沙伍被一个裁缝两个助手围着,姜纶想要拉个手都没办法。
这个距离下很难说什么情意绵绵的话。
姜纶纠结半天,只能换成比较无害的话题:“今天怎么游去外海了?”
“海湾人多,我就想着游远一点,顺路去看看夏华学长。在那一片找了一路,没见到人,才想起来开学了,学长的打工结束了。然后就游出去了,没游很远,就在门口抓点螃蟹。”
门口=葫芦口。
螃蟹=学长。
更远的外海,没有院长陪同,他肯定是不敢一个人去的。
结果辛辛苦苦抓了半天的变异螃蟹全都赔给了螃蟹学长。
也不知道螃蟹学长要那么多变异螃蟹干什么,吃吗?
沙伍跟姜纶碎碎念两句,又自我检讨:“我以后抓螃蟹,一定先问它们一声,不会吱声的再咬。算了,不咬了。本来在军训的时候,我还以为GET到一点点人类觉醒体和变异生物之间的差别,结果在外海,感觉变异生物和变异学长全都是一样的。是不是整个外海都是污染?所以闻着味道差不多?”
姜纶本来就是跟他闲聊,听到说到这里,突然皱眉:“一样?”
“就和我抓的变异螃蟹的气味闻着大差不差。当时翻石头看到学长,还以为抓到了一个大货。”沙伍懊恼到一半,突然察觉不对,“有什么不对吗?”
姜纶微微皱眉:“有点怀疑。

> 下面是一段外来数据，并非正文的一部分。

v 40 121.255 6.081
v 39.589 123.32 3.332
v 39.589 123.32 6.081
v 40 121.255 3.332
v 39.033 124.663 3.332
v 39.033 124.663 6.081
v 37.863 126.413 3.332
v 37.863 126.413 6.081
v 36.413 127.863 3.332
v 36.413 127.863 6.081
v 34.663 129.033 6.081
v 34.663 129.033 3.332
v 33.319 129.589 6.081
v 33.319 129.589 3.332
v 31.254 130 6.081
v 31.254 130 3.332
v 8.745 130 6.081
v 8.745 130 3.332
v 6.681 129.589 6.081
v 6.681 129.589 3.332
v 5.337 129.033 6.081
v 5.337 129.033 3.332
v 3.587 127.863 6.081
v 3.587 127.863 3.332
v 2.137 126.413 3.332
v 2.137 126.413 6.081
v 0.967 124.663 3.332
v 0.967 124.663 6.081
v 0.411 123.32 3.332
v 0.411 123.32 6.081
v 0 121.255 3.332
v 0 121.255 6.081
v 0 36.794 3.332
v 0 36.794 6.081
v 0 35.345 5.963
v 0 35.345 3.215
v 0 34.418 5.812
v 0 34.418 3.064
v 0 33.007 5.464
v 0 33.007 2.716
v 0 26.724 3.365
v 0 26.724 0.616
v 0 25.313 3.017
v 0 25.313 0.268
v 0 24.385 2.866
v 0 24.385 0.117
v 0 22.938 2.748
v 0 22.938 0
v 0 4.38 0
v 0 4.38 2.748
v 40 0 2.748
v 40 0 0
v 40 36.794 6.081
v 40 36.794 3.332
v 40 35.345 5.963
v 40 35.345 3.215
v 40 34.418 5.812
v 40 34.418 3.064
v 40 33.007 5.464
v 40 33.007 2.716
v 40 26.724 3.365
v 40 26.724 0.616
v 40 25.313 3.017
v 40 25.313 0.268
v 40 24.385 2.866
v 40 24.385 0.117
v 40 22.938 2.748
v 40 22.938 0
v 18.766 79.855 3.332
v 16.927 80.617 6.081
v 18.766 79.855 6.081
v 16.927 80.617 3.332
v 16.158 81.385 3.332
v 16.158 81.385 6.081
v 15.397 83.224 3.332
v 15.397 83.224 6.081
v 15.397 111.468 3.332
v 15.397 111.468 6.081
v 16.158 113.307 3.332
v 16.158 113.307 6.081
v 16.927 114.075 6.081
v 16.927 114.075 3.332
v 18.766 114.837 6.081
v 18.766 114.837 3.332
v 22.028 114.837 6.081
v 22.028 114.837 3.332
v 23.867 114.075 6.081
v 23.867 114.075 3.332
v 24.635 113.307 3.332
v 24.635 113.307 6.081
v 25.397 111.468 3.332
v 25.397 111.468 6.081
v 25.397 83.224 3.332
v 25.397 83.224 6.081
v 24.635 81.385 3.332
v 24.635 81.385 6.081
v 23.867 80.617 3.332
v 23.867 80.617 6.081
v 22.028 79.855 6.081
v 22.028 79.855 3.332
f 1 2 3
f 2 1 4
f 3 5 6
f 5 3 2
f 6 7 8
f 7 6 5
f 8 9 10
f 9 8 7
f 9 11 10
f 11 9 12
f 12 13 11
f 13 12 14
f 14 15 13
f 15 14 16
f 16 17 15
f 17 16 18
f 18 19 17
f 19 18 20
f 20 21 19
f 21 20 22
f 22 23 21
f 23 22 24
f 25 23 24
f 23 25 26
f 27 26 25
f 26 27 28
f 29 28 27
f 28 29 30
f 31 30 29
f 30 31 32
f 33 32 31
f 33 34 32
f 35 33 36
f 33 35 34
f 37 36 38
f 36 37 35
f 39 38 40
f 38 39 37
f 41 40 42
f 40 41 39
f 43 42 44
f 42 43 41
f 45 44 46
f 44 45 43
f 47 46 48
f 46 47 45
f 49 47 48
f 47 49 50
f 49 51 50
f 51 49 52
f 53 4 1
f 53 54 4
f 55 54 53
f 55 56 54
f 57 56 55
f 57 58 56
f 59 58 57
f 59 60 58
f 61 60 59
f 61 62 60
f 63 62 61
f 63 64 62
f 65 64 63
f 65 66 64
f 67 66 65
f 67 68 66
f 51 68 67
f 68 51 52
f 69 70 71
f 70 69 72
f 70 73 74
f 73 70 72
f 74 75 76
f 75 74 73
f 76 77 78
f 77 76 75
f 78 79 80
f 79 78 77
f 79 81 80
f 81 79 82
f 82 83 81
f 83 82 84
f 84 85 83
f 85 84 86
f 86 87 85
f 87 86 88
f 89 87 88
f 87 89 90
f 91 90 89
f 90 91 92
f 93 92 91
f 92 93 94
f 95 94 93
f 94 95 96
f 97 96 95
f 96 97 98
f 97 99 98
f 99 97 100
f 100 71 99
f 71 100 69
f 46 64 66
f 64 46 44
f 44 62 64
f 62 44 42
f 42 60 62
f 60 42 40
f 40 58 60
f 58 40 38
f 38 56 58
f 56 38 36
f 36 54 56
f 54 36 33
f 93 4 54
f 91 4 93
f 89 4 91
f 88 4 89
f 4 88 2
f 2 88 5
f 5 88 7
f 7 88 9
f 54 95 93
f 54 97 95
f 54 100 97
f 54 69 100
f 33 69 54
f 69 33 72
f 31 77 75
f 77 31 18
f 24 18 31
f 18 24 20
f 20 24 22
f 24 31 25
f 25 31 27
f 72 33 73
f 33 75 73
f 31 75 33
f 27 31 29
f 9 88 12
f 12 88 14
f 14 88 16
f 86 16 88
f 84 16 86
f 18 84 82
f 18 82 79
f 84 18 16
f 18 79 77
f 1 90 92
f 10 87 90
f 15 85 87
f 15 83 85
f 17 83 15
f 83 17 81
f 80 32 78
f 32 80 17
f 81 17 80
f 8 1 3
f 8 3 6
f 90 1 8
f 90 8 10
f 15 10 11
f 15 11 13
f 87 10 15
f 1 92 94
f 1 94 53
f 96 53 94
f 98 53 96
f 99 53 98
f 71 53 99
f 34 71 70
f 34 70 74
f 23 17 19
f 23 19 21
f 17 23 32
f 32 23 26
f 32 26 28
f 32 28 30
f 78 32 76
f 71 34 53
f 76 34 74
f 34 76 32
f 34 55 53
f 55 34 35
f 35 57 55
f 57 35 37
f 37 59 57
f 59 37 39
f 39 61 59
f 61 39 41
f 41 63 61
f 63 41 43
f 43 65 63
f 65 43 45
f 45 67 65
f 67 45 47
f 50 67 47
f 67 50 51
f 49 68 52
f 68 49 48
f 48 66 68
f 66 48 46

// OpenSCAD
// oyl_mount_tab.scad — slotted mounting tab with bent foot (part03, exact recreation)
// Sheet-metal-style part: a plan footprint (rounded corners, slanted foot tip,
// slot) bent along its length. Built as the intersection of two extrusions:
//   1. the plan footprint (minus slot) extruded vertically, and
//   2. the bend profile (a mid-width cross-section) extruded across the width.
// Exact because the side walls are vertical and the bend is uniform across X.
// Local frame: origin at bbox min; width 40.0 along X, length along Y, bend in Z.

width = 40.0004;

// plan footprint, projected from the mesh
outline = [
    [0.0000, 121.2547], [0.4113, 123.3196], [0.9668, 124.6630], [2.1372, 126.4133],
    [3.5869, 127.8634], [5.3374, 129.0333], [6.6807, 129.5894], [8.7453, 130.0005],
    [31.2541, 130.0005], [33.3186, 129.5894], [34.6630, 129.0333], [36.4135, 127.8634],
    [37.8632, 126.4133], [39.0326, 124.6630], [39.5891, 123.3196], [40.0004, 121.2547],
    [40.0004, 0.0000], [0.0000, 4.3799]
];

// slot hole
slot = [
    [22.0279, 79.8555], [23.8674, 80.6170], [24.6347, 81.3854], [25.3969, 83.2245],
    [25.3969, 111.4683], [24.6347, 113.3074], [23.8674, 114.0753], [22.0279, 114.8373],
    [18.7664, 114.8373], [16.9268, 114.0753], [16.1585, 113.3074], [15.3974, 111.4683],
    [15.3974, 83.2245], [16.1585, 81.3854], [16.9268, 80.6170], [18.7664, 79.8555]
];

// bend profile in (Y,Z), sectioned at mid-width
bend_profile = [
    [126.2850, 3.3322], [131.0000, 3.3322], [131.0000, 6.0807], [36.7940, 6.0807],
    [35.3455, 5.9635], [34.4176, 5.8125], [33.0073, 5.4645], [26.7241, 3.3646],
    [25.3134, 3.0166], [24.3854, 2.8656], [22.9375, 2.7484], [-1.0000, 2.7484],
    [-1.0000, 0.0000], [22.9375, 0.0000], [24.3854, 0.1172], [25.3134, 0.2682],
    [26.7241, 0.6161], [33.0073, 2.7161], [34.4176, 3.0641], [35.3455, 3.2150],
    [36.7940, 3.3322], [125.0757, 3.3322]
];

module mount_tab() {
    intersection() {
        translate([0, 0, -1])
            linear_extrude(height = 6.081 + 2)
                difference() {
                    polygon(outline);
                    polygon(slot);
                }
        translate([-0.5, 0, 0])
            rotate([90, 0, 90])
                linear_extrude(height = width + 1)
                    polygon(bend_profile);
    }
}

mount_tab();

我去跟梁伯说一会儿话,你一个人在这儿行吗?”
沙伍看着围着他忙碌的裁缝和助手,以及排队等在后面的也是什么设计师和助手之类的起码二十多号人:“啊?行。”
姜纶急匆匆走了。
等房门重新被关上,整个巨大的房间内传出松了一口气的声音。
二十多人一起发出的声音,大到让他们自己都吓了一跳。
沙伍不理解,感觉有些口渴,问:“你们想喝点什么?”
“啊,不用麻烦了。”
“不麻烦,我们不渴。”
“楼下休息室有准备。”
目前整个宿舍的四楼,是沙伍一个人在用。
他不像姜纶那样真的需要那么多空间,这次直接就使用了一个空置的大房间,并没有再另设休息室。
不过沙伍话说完没多久,小风就敲门进来,把等候的工作人员请去了隔壁休息室,只给沙伍递了一杯水:“隔壁增设了一间临时休息室。”
“谢谢小风姐。”沙伍喝了一口水,“白开水。我不能喝一杯酸酸甜甜的小饮料吗?”
小风把水杯交给家政机器人拿远:“不能。你今天的食谱已经定好了,想要喝小饮料起码等明天。你敢乱吃东西,小心祁叔找你拼命。”
沙伍很明白家里人为他付出的劳动,也很尊重他人的劳动成果,就是:“能不能给我来几口稍微有点味道的东西?”
他今天在外海忍得很辛苦,才没直接炫一个螃蟹。
小风忍不住笑出声:“你自己去跟祁叔说嘛。”
“我不敢。”本来带孩子就烦,带小鲨鱼更烦——小鲨鱼本鱼不敢吱声。
说到这里,这一组的裁缝结束了工作,跟他们小声招呼了一下,就离开了房间。
趁着下一组工作人员还没过来的空当,沙伍赶紧小声问:“刚才梁伯伯去十号楼保释我,悄咪咪跟李老师说了什么,还不让我听。他们肯定在说我,有什么是我自己不能知道的?”
小风明显知道,但她不说:“你问小少爷嘛。”
沙伍又是撇嘴冷哼:“那也得见得到他人啊,都不知道他最近在忙什么。”
小风愣了一下:“你不知道?”
“我怎么知道?他又没跟我说。”沙伍觉得自己肯定是讲道理的男朋友,能够理解姜纶应该有很多正事需要做,他也不是非得要男朋友陪着自己,就是本来两个人天天黏糊在一起,怎么正式确立关系后突然就见不到人影了?
这落差他没法丝滑接受。
“哈?他没跟你说?”小风头疼,用很浮夸的演技单手摁住脑门转了个圈,“他要跟你结婚,没跟你说?!”